> [Exercise aim]: In the listing below, repeat exactly every line from the first through the line containing "v -4.303 -13.243 -5", with nothing else.

> [Data excerpts]:
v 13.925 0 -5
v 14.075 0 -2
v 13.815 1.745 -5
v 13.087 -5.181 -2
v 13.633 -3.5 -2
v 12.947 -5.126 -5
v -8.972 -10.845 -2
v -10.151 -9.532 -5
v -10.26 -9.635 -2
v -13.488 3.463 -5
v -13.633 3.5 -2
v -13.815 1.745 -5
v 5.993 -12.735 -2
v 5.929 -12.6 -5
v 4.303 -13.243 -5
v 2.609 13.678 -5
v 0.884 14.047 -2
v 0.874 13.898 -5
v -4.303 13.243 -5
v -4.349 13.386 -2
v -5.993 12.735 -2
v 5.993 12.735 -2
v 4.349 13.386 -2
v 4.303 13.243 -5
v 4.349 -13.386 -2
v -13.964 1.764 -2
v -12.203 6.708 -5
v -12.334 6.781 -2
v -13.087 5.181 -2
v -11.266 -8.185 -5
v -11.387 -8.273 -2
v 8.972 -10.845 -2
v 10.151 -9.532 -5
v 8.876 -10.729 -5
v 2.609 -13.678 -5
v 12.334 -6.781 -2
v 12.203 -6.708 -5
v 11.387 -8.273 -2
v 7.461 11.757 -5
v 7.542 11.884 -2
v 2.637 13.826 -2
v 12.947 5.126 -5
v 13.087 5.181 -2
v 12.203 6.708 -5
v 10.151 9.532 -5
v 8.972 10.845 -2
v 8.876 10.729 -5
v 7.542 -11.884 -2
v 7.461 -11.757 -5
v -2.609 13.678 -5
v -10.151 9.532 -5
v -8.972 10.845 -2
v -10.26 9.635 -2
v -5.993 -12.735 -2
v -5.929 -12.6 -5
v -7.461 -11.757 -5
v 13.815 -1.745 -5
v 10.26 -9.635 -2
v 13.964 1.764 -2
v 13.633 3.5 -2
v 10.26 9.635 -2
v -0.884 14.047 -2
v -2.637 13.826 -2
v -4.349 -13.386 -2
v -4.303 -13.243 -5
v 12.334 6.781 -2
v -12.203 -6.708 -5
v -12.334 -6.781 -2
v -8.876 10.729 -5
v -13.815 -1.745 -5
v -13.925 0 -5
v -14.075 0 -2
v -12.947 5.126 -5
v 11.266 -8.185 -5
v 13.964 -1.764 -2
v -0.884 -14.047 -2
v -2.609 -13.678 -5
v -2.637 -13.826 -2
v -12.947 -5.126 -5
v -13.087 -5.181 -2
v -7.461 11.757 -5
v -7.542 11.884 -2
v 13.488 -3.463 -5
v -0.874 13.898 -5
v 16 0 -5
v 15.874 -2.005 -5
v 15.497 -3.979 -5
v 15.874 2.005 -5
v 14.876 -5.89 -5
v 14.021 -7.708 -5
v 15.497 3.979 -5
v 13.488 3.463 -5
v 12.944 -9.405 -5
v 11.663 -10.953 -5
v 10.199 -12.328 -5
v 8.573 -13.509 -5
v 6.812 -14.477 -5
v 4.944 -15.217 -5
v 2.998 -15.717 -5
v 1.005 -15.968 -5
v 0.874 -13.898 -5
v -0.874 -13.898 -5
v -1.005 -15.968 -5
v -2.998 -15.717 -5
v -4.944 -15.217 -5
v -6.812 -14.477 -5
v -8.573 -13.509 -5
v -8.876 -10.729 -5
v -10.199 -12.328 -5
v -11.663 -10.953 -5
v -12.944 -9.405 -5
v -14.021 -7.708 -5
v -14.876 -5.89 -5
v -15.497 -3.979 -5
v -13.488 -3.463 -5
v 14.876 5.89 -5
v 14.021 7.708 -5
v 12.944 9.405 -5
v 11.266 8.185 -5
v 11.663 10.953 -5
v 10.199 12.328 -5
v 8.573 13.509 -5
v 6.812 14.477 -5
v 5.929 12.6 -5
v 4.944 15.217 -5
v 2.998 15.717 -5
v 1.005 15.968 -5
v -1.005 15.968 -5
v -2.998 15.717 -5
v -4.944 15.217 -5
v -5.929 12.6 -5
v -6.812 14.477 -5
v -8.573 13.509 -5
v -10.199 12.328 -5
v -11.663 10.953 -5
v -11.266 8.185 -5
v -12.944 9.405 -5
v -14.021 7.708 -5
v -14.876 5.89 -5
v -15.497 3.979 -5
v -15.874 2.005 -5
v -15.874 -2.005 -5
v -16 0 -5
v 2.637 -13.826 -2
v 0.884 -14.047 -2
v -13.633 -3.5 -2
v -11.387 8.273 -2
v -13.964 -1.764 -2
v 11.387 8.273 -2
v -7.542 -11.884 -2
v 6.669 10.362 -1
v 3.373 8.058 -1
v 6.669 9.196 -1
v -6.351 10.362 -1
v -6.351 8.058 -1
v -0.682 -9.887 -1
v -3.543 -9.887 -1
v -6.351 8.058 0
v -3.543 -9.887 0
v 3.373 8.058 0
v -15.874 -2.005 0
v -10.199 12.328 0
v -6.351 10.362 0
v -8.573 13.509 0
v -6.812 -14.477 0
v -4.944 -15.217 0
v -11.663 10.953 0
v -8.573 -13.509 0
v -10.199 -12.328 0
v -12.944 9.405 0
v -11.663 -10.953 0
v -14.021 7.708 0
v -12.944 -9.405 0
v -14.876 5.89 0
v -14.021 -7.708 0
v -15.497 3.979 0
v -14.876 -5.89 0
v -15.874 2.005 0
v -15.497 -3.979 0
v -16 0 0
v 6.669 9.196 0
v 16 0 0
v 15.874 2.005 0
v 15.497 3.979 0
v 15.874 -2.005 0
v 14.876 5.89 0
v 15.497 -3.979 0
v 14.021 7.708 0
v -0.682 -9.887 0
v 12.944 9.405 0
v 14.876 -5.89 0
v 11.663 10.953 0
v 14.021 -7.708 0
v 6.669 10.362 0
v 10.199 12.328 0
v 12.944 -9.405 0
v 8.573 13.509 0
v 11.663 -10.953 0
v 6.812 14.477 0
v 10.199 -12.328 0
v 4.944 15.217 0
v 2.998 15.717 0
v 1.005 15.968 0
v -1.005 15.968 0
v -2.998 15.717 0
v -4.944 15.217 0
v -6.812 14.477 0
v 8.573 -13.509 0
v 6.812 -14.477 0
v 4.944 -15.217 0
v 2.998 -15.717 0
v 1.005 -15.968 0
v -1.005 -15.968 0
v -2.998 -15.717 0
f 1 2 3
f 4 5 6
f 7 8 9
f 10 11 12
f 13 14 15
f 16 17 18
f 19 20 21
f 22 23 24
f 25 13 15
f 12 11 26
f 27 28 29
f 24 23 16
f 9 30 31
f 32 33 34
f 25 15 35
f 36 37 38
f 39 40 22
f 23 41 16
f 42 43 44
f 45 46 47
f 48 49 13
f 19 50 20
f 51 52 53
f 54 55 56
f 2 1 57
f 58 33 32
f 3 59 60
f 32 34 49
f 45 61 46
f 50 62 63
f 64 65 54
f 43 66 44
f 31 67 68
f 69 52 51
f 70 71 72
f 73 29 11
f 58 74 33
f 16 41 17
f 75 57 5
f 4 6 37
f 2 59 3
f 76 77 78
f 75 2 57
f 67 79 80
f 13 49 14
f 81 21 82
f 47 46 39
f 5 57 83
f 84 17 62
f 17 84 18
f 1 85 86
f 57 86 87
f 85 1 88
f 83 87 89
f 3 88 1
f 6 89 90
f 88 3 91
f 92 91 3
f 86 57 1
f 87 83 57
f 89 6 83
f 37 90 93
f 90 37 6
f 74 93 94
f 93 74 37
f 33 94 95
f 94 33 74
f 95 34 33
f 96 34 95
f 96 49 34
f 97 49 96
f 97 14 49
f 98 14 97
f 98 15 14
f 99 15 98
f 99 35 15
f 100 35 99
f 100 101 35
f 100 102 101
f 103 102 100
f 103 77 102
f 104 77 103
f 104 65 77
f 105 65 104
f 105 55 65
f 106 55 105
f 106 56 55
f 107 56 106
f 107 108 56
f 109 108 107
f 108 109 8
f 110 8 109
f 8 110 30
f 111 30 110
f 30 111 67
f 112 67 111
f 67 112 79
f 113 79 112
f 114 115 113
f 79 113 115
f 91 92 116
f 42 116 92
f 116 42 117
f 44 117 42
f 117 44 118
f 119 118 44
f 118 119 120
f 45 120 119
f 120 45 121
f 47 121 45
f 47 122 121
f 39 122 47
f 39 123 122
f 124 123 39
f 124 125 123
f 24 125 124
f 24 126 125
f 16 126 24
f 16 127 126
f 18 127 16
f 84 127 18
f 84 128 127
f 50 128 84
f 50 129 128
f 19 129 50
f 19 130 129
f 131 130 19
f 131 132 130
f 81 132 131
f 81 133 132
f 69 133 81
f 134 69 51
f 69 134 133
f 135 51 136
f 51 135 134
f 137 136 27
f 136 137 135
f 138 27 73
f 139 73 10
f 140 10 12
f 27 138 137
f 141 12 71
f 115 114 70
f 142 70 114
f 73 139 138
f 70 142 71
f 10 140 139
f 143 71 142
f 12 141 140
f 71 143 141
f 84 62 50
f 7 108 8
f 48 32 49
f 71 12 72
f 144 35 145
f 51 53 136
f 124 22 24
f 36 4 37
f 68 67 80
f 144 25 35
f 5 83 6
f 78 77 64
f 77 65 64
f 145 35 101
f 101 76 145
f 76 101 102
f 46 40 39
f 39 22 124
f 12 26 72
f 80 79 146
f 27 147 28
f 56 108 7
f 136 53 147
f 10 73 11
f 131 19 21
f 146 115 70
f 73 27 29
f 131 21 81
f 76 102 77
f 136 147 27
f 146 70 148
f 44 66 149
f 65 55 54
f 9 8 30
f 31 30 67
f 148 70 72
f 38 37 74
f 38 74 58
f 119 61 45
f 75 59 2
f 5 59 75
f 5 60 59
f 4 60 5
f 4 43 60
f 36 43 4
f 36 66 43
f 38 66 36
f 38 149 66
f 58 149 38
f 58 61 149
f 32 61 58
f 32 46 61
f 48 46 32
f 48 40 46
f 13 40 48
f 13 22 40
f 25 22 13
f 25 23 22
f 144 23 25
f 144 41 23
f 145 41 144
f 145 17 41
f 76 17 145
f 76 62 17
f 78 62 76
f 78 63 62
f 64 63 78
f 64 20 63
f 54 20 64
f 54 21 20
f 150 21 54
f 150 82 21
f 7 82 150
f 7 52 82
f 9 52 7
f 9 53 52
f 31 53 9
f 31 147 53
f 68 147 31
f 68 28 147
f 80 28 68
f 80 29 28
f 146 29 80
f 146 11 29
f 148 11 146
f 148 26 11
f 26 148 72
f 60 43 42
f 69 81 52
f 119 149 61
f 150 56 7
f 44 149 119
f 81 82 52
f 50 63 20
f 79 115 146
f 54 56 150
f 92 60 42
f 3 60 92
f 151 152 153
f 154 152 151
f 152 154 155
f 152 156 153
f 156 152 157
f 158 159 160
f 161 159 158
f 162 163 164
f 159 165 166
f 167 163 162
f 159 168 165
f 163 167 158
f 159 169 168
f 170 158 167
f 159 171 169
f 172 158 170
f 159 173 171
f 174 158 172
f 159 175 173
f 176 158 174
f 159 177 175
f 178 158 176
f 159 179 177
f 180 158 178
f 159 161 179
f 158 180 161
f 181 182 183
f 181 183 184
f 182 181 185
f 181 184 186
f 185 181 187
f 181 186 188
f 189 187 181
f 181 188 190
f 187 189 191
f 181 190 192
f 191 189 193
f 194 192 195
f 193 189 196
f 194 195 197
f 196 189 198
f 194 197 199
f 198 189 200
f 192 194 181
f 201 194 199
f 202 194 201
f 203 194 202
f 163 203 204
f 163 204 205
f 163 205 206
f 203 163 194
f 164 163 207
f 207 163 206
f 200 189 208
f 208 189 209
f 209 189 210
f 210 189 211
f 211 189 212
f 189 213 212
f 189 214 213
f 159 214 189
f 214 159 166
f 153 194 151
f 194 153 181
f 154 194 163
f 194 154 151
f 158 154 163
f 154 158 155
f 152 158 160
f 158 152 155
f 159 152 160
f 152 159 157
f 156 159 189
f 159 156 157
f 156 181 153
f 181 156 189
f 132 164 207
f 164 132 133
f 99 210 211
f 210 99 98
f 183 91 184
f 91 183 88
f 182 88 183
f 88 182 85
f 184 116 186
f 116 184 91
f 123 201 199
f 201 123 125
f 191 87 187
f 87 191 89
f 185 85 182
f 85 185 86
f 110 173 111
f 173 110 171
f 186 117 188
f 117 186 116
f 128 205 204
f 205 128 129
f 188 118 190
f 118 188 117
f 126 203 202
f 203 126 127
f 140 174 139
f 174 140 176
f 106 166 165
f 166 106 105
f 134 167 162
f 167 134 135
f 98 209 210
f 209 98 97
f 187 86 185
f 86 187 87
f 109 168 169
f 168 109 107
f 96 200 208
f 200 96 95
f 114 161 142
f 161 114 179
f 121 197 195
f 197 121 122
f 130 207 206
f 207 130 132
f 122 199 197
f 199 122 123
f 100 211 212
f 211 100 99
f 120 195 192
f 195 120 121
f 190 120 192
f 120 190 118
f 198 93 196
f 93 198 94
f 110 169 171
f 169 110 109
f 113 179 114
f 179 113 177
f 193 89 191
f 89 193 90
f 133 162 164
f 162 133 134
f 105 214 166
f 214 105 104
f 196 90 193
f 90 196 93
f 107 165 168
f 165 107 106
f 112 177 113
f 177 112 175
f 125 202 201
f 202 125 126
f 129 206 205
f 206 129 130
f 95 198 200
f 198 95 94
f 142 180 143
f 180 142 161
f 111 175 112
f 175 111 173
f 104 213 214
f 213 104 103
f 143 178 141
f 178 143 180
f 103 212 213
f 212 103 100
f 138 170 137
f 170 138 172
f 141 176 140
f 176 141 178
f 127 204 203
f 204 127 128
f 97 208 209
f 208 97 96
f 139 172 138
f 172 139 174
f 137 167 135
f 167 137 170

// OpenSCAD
$fn = 50;


difference() {
	union() {
		translate(v = [0, 0, -5.0000000000]) {
			cylinder(h = 5, r = 16.0000000000);
		}
	}
	union() {
		#translate(v = [0, 0, -5.0000000000]) {
			cylinder(h = 3, r1 = 13.9250000000, r2 = 14.0750000000);
		}
		translate(v = [0, 0, -1]) {
			linear_extrude(height = 1) {
				text(font = "Impact", halign = "center", size = 20, text = "7", valign = "center");
			}
		}
	}
}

> [Reply to the task]:
v 13.925 0 -5
v 14.075 0 -2
v 13.815 1.745 -5
v 13.087 -5.181 -2
v 13.633 -3.5 -2
v 12.947 -5.126 -5
v -8.972 -10.845 -2
v -10.151 -9.532 -5
v -10.26 -9.635 -2
v -13.488 3.463 -5
v -13.633 3.5 -2
v -13.815 1.745 -5
v 5.993 -12.735 -2
v 5.929 -12.6 -5
v 4.303 -13.243 -5
v 2.609 13.678 -5
v 0.884 14.047 -2
v 0.874 13.898 -5
v -4.303 13.243 -5
v -4.349 13.386 -2
v -5.993 12.735 -2
v 5.993 12.735 -2
v 4.349 13.386 -2
v 4.303 13.243 -5
v 4.349 -13.386 -2
v -13.964 1.764 -2
v -12.203 6.708 -5
v -12.334 6.781 -2
v -13.087 5.181 -2
v -11.266 -8.185 -5
v -11.387 -8.273 -2
v 8.972 -10.845 -2
v 10.151 -9.532 -5
v 8.876 -10.729 -5
v 2.609 -13.678 -5
v 12.334 -6.781 -2
v 12.203 -6.708 -5
v 11.387 -8.273 -2
v 7.461 11.757 -5
v 7.542 11.884 -2
v 2.637 13.826 -2
v 12.947 5.126 -5
v 13.087 5.181 -2
v 12.203 6.708 -5
v 10.151 9.532 -5
v 8.972 10.845 -2
v 8.876 10.729 -5
v 7.542 -11.884 -2
v 7.461 -11.757 -5
v -2.609 13.678 -5
v -10.151 9.532 -5
v -8.972 10.845 -2
v -10.26 9.635 -2
v -5.993 -12.735 -2
v -5.929 -12.6 -5
v -7.461 -11.757 -5
v 13.815 -1.745 -5
v 10.26 -9.635 -2
v 13.964 1.764 -2
v 13.633 3.5 -2
v 10.26 9.635 -2
v -0.884 14.047 -2
v -2.637 13.826 -2
v -4.349 -13.386 -2
v -4.303 -13.243 -5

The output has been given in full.